In reality, « peak oil » is what LEAP calls a “successful
anticipation”: putting it into perspective, has allowed the problem to
be “avoided”. Fear of a shortage and a price explosion, good and bad
avoidance strategies (renewable and shale), all combined with a huge
economic downturn and, as a grand finale, and an ecological agenda whose
resumption we will see from this year (7), and the world is “ready” to
close the oil era… except that, to this, the players existentially
related to this commodity will make themselves heard loud and long
before disappearing.
Here again, so that our readers don’t misunderstand: for a long time
oil will continue to be used to fuel the world’s engines and factories
(it even has many years ahead of it again since the risk of shortage has
been postponed for several decades), but the “era” of sovereign oil is
ending and, of course, that constitutes a systemic change.

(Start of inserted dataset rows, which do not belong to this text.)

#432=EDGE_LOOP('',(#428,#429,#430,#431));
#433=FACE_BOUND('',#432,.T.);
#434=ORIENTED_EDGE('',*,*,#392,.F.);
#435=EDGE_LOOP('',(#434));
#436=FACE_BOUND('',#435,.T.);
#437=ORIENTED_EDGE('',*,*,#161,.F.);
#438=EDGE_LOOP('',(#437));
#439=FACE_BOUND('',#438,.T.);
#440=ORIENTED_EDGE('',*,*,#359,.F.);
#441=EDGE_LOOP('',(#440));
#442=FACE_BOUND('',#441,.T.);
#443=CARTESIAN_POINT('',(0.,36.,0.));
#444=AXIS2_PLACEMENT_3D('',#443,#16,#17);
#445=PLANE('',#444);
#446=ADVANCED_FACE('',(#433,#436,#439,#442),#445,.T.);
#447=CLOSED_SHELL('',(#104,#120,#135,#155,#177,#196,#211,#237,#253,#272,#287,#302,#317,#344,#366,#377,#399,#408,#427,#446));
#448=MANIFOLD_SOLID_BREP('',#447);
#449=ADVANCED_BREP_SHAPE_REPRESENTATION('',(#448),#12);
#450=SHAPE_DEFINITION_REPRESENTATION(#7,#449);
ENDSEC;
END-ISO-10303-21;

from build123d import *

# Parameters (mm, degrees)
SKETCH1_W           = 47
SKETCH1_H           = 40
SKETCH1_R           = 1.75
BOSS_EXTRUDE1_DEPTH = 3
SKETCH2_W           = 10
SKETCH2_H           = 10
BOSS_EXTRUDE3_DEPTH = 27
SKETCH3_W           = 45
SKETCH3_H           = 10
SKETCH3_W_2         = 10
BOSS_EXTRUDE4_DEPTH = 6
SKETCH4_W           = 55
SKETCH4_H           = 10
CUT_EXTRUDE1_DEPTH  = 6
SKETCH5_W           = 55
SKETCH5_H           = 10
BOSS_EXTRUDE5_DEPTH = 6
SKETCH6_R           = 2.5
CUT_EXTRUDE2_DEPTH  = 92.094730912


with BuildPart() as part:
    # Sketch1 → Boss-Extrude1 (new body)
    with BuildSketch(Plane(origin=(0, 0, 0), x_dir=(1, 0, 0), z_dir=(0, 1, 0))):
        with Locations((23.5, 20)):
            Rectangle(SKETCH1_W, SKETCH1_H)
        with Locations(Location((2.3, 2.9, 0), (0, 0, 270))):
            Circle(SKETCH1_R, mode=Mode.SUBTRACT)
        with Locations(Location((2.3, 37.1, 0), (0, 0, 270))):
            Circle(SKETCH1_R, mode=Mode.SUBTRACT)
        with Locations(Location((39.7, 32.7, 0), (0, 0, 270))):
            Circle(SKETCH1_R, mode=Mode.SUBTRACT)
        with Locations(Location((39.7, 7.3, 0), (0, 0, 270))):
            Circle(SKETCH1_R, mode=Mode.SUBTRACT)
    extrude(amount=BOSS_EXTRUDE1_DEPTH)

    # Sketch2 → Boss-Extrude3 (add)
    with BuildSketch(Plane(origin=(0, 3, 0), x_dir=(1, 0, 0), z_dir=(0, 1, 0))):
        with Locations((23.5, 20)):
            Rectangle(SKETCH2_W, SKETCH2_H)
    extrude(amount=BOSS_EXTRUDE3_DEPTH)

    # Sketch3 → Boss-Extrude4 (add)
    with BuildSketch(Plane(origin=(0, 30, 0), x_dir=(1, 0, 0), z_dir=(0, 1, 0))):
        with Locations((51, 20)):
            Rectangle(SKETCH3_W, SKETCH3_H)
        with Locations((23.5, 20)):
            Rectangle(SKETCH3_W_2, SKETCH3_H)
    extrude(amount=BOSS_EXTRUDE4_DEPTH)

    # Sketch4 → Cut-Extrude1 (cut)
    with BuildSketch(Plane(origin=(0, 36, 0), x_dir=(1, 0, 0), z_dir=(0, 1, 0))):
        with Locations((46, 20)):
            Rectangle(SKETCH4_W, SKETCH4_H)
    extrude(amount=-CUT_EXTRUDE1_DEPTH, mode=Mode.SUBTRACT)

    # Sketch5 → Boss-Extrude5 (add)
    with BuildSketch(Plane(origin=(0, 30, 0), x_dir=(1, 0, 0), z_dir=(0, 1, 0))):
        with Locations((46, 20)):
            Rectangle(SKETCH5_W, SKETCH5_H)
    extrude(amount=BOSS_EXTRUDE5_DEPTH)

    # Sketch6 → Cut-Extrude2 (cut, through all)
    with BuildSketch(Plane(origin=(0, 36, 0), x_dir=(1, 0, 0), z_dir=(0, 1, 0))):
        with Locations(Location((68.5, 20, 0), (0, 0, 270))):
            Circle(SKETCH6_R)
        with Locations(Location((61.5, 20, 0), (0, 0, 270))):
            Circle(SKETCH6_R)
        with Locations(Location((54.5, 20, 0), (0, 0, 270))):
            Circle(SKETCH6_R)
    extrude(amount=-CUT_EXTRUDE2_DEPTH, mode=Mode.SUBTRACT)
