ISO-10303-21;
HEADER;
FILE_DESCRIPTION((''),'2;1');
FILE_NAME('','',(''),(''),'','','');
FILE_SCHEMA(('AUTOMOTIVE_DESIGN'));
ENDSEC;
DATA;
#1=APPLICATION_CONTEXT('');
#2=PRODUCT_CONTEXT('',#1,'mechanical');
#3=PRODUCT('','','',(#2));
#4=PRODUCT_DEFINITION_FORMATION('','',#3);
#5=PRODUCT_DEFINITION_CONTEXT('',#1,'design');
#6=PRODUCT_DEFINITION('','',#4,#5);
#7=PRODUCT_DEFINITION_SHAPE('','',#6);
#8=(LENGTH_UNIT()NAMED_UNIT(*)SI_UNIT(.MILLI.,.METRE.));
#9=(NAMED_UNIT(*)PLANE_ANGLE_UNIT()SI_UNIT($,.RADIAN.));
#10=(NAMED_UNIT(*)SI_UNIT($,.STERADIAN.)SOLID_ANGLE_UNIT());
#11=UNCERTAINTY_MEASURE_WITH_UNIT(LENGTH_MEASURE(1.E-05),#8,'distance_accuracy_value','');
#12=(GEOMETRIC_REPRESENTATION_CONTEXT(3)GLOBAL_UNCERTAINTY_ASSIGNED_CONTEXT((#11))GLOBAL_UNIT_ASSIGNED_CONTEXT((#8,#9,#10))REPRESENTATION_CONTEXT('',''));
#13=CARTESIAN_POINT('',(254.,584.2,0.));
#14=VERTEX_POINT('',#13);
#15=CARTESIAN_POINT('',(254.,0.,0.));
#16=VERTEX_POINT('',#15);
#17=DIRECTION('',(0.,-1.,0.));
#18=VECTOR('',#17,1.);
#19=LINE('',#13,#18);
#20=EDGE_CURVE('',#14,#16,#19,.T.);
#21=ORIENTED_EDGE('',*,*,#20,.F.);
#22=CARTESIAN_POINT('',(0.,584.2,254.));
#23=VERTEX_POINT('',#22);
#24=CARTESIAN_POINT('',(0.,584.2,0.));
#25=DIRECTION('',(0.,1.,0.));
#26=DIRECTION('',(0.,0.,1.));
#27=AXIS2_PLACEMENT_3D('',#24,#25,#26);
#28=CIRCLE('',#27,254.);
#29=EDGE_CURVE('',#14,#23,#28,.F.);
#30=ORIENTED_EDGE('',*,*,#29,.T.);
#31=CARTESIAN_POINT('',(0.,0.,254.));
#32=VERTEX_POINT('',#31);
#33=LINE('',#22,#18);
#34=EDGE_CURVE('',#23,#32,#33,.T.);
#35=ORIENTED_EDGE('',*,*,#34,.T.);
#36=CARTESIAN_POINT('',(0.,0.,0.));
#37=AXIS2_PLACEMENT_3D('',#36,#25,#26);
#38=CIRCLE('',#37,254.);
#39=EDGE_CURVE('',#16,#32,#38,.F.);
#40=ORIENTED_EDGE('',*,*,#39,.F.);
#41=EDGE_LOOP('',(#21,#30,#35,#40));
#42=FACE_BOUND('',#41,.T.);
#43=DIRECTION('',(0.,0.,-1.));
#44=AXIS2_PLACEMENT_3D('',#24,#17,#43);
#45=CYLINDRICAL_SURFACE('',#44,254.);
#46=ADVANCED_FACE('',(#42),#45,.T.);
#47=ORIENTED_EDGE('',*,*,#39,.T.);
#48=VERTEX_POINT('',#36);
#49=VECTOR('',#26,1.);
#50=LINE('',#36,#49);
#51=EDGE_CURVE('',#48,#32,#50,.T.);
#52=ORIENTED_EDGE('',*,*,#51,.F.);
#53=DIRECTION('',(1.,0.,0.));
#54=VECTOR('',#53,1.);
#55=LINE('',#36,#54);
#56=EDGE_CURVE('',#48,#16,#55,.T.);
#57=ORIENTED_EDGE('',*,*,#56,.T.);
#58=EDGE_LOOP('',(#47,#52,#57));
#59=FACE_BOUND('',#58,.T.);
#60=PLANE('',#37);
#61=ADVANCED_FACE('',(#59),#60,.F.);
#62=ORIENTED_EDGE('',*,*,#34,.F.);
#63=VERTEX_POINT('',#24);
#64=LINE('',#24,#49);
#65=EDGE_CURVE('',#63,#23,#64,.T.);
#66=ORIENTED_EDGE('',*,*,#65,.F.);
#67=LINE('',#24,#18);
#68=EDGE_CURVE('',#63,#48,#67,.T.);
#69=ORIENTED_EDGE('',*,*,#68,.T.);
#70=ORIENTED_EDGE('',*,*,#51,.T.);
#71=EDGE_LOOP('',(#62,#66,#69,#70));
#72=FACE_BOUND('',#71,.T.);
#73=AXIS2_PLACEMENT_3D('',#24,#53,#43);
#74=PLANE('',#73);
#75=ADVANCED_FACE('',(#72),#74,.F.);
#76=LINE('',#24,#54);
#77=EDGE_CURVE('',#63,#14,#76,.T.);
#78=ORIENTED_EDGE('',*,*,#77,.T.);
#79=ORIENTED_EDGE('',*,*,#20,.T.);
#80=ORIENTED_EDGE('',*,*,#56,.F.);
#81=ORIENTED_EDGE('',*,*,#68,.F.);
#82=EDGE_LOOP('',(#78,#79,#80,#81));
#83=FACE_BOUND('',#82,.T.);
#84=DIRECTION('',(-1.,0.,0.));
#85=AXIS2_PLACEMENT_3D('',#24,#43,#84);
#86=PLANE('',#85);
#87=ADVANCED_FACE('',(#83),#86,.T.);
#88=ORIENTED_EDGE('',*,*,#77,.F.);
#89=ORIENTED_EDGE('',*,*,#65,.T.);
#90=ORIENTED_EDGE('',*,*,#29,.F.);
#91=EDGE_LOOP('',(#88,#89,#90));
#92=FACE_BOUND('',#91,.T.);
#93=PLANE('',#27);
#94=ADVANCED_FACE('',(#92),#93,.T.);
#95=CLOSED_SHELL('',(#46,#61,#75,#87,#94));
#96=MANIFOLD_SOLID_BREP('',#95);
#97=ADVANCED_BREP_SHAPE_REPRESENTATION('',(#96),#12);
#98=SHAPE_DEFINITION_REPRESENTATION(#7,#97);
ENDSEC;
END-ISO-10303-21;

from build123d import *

# Parameters (mm, degrees)
BOSS_EXTRUDE1_DEPTH = 584.2


with BuildPart() as part:
    # Sketch1 → Boss-Extrude1 (new body)
    with BuildSketch(Plane(origin=(0, 0, 0), x_dir=(1, 0, 0), z_dir=(0, 1, 0))):
        with BuildLine():
            ThreePointArc((254, 0), (179.605122421, -179.605122421), (0, -254))
            Line((0, -254), (0, 0))
            Line((0, 0), (254, 0))
        make_face()
    extrude(amount=BOSS_EXTRUDE1_DEPTH)


solid = part.part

In the Telescope section we further examine the consequences of this
systemic oil crisis, particularly on the financial markets. These
financial markets, which have well “resisted” six long years of crisis,
suffocating the real economy in their vice and proving the extent to
which they were the crux of the problem, will not be able to survive the
shock that they are about to get, from the oil industry on the one hand
(a central player), and the dollar on the other (financial world’s main
tool). But, as if it weren’t enough, other bombs are ready to explode…
Notes
(1) Source : LEAP/Europe2020, 15 February 2006
(2) In
fact, the beginning of the rise in oil prices dates from 2003, and began
to explode in 2006. But 2005 is a recurring date as soon as we analyze
price increases in terms of the emerging nations’ consumption instead of
the vagaries of Middle Eastern geopolitics, and generally as soon as
one sees the emerging nations’ rise in power.
(3) The two
world wars at the beginning of the 20th century were intrinsically
linked to competition for access to energy resources (source: Cambridge Journals,
09/1968), which is why, at the end of the Second World War, the
European Communities gave birth to the pooling of resources, the ECSC
(source :Wikipedia ),
a project which should have remained one of the lightning conductors of
European construction, whilst today the Ukrainian crisis reveals the
gaping hole in Europe as regards a common energy policy. And to say that
some find that we suffer from too much Europe!! Actually, European
construction came to a halt in 1989… busy regulating the size of
cucumbers and freeing the rest: “the European cucumber”…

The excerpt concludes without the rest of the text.